— Prompt —
Reproduce only the top of the records, down to and including the line containing "f 361 360 196".

(Saved data entries)

===

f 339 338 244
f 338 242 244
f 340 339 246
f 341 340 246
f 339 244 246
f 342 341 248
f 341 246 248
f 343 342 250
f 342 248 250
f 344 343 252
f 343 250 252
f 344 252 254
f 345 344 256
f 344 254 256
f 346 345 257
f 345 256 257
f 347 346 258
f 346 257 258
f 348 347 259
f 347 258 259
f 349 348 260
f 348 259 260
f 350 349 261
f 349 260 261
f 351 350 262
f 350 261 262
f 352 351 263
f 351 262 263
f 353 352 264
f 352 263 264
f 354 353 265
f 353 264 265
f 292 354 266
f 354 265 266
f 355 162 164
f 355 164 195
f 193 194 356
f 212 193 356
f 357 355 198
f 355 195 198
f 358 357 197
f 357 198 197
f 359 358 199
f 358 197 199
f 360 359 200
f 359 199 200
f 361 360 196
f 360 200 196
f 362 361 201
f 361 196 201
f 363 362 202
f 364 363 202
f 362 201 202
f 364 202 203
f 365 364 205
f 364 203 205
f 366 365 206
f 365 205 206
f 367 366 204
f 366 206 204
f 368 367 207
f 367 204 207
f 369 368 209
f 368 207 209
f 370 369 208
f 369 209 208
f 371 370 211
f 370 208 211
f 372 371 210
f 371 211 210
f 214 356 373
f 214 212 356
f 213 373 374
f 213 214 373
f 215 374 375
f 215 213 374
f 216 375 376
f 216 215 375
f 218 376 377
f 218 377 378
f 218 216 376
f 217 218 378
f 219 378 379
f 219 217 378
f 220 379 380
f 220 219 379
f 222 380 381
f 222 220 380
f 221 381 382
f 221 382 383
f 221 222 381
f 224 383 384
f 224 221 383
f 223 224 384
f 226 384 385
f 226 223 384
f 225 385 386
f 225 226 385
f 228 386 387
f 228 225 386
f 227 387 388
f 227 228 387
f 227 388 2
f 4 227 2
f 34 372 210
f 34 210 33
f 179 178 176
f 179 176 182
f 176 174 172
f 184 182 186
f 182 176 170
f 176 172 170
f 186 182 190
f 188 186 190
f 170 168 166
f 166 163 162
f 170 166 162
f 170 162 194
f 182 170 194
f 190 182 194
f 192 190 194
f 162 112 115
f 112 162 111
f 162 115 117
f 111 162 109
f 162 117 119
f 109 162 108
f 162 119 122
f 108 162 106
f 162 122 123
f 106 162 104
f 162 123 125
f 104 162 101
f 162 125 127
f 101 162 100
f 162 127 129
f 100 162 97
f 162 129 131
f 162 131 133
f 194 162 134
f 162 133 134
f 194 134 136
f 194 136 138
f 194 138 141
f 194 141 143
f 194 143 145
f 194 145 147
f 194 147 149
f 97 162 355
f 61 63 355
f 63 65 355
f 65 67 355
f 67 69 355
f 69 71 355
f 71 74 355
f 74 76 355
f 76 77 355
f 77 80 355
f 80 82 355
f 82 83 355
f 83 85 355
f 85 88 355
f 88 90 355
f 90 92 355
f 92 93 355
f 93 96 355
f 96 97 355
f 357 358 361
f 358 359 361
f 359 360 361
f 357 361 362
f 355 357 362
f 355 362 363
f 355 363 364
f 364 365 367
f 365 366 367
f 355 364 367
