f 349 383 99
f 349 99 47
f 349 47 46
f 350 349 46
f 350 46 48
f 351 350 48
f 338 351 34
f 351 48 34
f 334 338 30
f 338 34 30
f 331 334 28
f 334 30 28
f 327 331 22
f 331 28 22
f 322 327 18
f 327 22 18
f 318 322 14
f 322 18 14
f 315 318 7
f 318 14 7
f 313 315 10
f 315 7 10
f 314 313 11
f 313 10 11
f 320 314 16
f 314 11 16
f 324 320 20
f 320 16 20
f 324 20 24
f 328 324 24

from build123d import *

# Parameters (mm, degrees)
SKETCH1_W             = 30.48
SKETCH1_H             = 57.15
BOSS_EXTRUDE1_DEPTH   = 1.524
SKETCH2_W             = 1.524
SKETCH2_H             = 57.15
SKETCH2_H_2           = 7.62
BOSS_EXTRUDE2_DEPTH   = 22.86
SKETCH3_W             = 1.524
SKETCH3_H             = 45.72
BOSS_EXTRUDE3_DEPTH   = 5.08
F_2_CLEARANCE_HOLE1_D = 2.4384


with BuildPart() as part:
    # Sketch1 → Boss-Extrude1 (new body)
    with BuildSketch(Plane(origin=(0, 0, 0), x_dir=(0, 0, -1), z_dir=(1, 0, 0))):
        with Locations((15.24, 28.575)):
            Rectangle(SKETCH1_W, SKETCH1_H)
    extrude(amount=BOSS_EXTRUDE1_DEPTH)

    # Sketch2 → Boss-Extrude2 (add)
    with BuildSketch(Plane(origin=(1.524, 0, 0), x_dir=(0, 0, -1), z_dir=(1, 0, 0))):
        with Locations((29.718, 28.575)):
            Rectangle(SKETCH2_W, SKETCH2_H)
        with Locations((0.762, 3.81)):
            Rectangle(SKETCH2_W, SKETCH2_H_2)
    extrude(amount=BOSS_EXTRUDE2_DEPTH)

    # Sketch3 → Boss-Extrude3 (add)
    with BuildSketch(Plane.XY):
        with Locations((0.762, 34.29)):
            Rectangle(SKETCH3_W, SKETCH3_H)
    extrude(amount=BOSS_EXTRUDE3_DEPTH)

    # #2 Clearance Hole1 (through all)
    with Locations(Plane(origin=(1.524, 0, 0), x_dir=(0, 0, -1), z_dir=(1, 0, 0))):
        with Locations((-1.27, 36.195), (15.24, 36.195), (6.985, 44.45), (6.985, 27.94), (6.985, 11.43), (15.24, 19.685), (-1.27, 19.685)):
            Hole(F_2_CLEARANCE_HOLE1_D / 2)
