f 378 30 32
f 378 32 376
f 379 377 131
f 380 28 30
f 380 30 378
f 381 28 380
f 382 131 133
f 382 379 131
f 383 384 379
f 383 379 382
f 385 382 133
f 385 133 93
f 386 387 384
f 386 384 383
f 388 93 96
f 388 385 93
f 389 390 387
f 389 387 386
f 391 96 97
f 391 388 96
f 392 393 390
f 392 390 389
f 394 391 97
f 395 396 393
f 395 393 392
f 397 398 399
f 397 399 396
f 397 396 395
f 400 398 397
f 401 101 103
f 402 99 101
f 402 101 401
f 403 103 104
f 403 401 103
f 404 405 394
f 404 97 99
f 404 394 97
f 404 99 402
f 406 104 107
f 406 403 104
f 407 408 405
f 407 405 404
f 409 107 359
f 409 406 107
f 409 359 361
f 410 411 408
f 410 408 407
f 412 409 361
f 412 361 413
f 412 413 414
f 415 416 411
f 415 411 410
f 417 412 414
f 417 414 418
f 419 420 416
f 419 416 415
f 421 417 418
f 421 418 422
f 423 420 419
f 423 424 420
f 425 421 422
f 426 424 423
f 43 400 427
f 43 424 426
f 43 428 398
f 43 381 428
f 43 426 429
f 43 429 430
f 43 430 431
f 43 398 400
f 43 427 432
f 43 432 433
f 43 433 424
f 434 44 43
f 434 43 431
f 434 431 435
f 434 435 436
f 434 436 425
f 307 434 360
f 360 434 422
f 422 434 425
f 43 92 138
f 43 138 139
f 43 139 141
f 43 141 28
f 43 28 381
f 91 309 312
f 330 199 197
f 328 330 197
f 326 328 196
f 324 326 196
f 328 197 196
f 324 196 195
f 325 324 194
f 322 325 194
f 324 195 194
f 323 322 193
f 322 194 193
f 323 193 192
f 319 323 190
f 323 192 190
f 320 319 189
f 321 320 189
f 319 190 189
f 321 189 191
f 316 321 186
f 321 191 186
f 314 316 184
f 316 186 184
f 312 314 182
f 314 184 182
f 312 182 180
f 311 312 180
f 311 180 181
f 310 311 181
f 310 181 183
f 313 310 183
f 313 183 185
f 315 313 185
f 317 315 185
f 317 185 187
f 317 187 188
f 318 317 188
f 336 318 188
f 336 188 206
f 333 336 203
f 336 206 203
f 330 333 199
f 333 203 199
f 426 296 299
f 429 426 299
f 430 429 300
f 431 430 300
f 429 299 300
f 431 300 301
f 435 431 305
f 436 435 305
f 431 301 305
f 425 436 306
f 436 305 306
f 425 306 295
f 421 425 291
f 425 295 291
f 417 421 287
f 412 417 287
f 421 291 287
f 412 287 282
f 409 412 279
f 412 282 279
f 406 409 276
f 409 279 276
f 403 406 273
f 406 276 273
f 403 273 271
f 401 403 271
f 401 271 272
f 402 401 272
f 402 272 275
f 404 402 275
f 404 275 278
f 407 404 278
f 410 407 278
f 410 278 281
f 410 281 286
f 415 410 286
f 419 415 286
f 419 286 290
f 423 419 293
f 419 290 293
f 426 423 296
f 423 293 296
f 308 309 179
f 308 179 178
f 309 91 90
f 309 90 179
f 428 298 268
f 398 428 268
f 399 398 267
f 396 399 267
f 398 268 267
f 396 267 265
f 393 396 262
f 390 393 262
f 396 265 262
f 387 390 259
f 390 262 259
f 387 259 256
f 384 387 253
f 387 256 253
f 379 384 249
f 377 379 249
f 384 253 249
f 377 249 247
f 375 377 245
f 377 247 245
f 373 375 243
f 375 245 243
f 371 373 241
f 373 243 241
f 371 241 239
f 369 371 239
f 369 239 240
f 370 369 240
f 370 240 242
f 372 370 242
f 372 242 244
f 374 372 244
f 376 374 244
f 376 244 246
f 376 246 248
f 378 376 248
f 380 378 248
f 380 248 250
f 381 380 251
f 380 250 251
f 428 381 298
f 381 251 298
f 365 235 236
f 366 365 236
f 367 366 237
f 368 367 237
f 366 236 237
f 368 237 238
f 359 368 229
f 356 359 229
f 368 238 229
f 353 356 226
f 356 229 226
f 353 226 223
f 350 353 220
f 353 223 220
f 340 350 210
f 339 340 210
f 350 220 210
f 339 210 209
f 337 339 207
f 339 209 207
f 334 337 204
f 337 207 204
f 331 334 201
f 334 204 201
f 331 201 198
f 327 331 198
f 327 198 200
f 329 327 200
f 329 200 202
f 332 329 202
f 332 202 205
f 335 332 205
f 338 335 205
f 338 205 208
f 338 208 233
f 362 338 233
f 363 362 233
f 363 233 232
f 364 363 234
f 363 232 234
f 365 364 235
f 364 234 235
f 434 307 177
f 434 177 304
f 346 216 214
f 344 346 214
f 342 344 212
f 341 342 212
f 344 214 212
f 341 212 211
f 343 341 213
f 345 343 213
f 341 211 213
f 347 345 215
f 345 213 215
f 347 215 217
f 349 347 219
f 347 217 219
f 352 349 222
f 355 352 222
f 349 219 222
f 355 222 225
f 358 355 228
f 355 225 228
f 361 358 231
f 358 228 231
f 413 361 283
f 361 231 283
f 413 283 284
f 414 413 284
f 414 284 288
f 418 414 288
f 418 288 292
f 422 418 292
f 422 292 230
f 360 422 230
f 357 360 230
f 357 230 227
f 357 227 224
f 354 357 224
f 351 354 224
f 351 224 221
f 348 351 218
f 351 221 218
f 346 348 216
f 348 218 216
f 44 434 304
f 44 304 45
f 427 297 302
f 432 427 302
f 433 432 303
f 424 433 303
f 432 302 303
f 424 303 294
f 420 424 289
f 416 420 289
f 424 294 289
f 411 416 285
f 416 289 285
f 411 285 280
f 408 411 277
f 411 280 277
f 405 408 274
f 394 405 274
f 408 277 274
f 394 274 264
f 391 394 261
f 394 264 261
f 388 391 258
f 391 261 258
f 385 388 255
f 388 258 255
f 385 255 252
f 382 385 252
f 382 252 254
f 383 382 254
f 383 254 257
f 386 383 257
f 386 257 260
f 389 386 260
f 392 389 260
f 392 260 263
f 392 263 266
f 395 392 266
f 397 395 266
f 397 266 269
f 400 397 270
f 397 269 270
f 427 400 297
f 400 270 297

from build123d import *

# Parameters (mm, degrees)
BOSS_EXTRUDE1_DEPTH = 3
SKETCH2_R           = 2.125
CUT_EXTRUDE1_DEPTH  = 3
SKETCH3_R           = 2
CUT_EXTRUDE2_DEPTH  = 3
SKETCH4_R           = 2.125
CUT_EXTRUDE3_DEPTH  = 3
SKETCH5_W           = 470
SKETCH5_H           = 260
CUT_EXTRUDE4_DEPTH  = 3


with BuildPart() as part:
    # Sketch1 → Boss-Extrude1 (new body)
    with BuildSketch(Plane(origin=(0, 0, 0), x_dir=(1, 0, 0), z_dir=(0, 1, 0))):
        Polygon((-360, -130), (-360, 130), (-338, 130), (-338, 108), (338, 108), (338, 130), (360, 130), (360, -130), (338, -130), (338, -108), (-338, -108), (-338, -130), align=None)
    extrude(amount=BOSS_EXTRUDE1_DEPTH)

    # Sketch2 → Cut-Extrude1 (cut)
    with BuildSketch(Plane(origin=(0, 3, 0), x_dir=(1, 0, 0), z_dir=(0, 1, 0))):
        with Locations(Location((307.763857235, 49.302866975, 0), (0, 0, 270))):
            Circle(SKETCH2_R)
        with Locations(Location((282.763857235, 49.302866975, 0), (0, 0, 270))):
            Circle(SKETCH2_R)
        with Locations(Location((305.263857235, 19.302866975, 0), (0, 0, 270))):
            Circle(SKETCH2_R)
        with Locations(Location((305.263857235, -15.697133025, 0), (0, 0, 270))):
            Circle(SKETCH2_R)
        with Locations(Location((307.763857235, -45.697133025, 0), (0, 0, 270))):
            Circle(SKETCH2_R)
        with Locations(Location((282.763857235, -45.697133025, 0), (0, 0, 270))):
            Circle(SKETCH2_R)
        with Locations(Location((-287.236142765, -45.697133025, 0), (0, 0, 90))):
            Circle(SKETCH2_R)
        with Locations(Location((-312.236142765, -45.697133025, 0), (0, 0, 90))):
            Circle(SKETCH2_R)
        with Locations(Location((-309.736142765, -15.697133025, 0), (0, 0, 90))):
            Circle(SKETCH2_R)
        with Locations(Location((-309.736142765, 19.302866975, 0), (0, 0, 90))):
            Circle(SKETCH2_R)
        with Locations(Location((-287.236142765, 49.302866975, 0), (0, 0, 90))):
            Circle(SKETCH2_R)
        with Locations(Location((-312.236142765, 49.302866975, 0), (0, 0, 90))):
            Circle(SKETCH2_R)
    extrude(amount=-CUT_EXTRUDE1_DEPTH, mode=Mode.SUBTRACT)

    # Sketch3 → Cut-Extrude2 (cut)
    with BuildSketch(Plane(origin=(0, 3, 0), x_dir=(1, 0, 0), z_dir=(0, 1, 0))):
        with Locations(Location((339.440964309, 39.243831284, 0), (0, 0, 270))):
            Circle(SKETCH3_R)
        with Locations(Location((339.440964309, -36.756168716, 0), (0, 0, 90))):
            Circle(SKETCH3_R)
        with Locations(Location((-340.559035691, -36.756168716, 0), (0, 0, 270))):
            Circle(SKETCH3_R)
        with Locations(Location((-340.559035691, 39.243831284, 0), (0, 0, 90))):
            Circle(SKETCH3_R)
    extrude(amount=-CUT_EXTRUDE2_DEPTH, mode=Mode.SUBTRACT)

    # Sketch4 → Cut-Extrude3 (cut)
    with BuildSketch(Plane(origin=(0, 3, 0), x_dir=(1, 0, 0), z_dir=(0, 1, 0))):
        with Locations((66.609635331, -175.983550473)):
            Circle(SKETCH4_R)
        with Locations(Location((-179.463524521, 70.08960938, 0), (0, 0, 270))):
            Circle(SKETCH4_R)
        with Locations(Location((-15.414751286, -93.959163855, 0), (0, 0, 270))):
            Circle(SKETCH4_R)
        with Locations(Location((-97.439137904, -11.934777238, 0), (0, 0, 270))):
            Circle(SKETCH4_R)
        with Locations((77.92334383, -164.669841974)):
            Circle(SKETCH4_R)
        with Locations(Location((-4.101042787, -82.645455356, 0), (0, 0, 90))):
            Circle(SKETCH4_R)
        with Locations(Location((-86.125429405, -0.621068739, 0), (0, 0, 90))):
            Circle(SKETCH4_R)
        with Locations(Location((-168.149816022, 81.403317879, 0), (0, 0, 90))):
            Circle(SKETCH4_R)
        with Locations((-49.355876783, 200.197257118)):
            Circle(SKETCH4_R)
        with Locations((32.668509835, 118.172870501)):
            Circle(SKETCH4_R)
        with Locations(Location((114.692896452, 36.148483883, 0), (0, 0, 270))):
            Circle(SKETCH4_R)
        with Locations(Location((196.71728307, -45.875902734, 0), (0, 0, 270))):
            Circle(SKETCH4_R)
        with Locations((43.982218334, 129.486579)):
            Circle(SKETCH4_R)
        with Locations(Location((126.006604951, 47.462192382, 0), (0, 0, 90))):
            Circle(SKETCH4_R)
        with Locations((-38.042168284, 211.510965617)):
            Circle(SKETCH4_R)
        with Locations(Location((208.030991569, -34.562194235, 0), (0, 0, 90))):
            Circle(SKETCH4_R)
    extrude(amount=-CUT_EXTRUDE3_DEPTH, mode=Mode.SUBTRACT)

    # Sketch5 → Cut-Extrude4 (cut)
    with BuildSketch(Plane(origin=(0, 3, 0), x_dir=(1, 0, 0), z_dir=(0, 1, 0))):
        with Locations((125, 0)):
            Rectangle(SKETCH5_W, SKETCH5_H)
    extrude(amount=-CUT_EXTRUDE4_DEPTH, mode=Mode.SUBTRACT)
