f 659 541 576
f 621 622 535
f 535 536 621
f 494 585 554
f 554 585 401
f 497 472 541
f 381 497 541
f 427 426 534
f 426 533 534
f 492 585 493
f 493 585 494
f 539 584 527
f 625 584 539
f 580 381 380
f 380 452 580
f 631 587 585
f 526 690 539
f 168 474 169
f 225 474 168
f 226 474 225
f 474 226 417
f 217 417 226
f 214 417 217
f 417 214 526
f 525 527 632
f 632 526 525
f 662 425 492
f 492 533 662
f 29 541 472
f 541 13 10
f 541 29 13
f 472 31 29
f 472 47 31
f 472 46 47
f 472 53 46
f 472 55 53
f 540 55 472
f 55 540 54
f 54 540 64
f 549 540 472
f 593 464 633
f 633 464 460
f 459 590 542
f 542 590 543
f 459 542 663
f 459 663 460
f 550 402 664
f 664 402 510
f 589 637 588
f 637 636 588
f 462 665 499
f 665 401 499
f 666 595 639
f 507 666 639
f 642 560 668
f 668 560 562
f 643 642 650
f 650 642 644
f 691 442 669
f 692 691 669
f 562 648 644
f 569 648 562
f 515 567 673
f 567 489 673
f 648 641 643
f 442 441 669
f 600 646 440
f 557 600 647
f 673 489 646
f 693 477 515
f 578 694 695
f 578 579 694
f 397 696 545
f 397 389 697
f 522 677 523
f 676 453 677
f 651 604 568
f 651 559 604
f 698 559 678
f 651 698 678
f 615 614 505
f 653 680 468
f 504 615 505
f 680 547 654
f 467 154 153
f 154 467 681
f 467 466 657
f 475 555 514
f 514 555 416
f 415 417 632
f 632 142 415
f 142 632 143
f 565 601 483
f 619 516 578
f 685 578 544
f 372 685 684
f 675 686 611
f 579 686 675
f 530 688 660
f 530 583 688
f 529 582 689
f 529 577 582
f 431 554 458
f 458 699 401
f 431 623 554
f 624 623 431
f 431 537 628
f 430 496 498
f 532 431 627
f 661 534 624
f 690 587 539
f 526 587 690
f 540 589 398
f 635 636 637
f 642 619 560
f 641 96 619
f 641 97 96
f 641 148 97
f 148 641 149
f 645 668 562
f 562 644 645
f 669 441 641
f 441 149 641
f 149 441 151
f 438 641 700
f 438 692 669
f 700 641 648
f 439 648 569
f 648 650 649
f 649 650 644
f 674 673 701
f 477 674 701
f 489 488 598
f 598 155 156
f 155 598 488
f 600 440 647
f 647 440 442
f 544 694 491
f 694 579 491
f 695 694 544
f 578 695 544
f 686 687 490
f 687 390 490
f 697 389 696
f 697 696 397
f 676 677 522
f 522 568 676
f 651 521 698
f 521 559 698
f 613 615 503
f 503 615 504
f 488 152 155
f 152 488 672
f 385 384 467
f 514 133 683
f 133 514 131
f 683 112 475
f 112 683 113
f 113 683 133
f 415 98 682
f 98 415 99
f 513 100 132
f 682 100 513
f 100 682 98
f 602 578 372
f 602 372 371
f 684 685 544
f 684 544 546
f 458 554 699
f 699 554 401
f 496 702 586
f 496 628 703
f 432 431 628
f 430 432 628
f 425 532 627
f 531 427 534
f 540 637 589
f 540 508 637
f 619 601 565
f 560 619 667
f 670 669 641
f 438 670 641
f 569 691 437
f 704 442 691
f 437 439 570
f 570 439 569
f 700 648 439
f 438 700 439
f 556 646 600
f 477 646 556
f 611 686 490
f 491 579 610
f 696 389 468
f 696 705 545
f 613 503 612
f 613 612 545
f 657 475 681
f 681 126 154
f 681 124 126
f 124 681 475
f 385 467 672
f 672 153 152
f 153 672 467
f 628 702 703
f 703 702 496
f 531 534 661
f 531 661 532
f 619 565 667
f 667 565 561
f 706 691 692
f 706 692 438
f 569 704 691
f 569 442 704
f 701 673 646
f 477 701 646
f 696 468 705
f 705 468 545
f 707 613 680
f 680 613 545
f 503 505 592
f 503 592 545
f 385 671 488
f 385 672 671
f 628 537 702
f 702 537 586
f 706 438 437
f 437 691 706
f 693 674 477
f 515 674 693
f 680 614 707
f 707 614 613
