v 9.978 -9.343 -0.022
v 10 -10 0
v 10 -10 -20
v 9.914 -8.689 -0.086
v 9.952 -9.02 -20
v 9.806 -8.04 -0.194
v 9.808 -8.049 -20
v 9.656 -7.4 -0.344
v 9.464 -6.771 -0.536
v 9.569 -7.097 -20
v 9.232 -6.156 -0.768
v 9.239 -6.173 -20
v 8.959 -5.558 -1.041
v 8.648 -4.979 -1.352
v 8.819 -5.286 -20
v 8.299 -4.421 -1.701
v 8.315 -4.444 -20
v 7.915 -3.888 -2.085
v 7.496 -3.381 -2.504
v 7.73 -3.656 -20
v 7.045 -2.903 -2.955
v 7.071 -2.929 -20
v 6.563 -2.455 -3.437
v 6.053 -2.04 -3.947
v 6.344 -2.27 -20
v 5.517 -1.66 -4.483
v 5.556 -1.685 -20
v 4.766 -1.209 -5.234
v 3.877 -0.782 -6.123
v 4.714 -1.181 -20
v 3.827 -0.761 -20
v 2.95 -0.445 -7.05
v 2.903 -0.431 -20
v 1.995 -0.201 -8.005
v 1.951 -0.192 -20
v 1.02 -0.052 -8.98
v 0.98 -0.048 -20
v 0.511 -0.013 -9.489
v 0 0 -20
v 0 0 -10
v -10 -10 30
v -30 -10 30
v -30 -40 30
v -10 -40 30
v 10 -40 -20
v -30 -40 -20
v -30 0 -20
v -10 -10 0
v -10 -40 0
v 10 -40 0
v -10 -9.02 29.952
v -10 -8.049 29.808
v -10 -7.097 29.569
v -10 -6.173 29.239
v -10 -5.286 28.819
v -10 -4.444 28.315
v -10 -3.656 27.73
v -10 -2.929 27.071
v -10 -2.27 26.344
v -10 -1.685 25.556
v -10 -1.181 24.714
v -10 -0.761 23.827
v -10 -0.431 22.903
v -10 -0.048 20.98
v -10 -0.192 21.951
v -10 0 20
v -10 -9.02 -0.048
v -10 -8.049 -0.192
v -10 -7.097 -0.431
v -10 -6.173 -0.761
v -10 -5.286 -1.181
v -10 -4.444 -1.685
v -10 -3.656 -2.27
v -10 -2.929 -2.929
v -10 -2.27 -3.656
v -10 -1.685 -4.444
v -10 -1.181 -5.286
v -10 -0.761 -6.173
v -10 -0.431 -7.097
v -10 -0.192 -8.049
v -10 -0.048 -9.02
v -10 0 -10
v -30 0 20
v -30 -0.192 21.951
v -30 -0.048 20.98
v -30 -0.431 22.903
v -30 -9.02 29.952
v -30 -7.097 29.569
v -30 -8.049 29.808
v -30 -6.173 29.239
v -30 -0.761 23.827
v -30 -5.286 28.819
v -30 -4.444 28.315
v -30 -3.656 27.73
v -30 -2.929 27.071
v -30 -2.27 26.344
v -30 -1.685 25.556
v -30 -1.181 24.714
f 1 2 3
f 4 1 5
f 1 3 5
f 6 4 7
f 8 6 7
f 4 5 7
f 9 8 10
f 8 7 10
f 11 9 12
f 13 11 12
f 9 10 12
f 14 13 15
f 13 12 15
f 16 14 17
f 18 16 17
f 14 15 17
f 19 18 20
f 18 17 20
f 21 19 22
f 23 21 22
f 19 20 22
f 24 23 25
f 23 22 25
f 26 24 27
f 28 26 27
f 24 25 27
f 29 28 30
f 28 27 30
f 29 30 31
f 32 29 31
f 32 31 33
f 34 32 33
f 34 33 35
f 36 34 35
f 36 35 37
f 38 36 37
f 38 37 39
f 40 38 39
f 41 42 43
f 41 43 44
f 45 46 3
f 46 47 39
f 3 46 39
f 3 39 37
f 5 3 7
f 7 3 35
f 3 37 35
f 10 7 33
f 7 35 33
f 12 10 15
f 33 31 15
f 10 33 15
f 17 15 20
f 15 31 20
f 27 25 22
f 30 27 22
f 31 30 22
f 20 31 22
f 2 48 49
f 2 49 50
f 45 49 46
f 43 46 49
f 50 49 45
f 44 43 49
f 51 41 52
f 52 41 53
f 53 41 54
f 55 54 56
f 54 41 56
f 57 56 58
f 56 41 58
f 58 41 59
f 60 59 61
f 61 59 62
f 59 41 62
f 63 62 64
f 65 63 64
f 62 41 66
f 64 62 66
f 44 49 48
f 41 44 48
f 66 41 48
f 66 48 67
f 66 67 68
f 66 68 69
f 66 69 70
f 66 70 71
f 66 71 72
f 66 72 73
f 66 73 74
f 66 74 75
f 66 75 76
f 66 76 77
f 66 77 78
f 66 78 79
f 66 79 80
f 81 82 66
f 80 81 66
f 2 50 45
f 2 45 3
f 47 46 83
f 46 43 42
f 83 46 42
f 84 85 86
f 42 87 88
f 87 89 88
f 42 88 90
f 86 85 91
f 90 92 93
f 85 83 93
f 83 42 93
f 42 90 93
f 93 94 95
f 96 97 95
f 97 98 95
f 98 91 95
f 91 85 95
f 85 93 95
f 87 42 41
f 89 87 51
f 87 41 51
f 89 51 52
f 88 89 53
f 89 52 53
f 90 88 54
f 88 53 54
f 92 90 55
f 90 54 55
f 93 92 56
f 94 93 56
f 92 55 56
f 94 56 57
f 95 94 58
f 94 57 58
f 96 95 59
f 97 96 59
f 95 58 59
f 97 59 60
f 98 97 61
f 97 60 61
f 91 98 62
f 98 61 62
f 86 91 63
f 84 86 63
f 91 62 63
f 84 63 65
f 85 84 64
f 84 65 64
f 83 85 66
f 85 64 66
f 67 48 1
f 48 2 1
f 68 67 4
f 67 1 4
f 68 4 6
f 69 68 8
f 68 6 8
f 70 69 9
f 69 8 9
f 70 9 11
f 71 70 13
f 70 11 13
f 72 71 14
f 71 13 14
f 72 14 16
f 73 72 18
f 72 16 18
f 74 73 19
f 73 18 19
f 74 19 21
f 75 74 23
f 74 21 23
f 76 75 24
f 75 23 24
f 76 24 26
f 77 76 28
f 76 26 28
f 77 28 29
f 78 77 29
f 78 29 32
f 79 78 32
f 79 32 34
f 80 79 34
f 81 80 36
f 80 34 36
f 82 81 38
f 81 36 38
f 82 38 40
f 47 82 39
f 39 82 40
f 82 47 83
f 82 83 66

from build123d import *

# Parameters (mm, degrees)
SKETCH1_W           = 20
SKETCH1_H           = 40
BOSS_EXTRUDE1_DEPTH = 30
SKETCH2_W           = 40
SKETCH2_H           = 40
BOSS_EXTRUDE2_DEPTH = 20
FILLET1_R           = 10


with BuildPart() as part:
    # Sketch1 → Boss-Extrude1 (new body)
    with BuildSketch(Plane.XY):
        with Locations((-20, -20)):
            Rectangle(SKETCH1_W, SKETCH1_H)
    extrude(amount=BOSS_EXTRUDE1_DEPTH)

    # Sketch2 → Boss-Extrude2 (add)
    with BuildSketch(Plane.XY):
        with Locations((-10, -20)):
            Rectangle(SKETCH2_W, SKETCH2_H)
    extrude(amount=-BOSS_EXTRUDE2_DEPTH)

    # Fillet1
    fillet1_edges = [part.edges().sort_by_distance(p)[0] for p in [
        (0, 0, 0),
        (10, 0, -10),
        (-20, 0, 30),
    ]]
    fillet(fillet1_edges, radius=FILLET1_R)


solid = part.part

===

— Written answer —
f 339 338 244
f 338 242 244
f 340 339 246
f 341 340 246
f 339 244 246
f 342 341 248
f 341 246 248
f 343 342 250
f 342 248 250
f 344 343 252
f 343 250 252
f 344 252 254
f 345 344 256
f 344 254 256
f 346 345 257
f 345 256 257
f 347 346 258
f 346 257 258
f 348 347 259
f 347 258 259
f 349 348 260
f 348 259 260
f 350 349 261
f 349 260 261
f 351 350 262
f 350 261 262
f 352 351 263
f 351 262 263
f 353 352 264
f 352 263 264
f 354 353 265
f 353 264 265
f 292 354 266
f 354 265 266
f 355 162 164
f 355 164 195
f 193 194 356
f 212 193 356
f 357 355 198
f 355 195 198
f 358 357 197
f 357 198 197
f 359 358 199
f 358 197 199
f 360 359 200
f 359 199 200
f 361 360 196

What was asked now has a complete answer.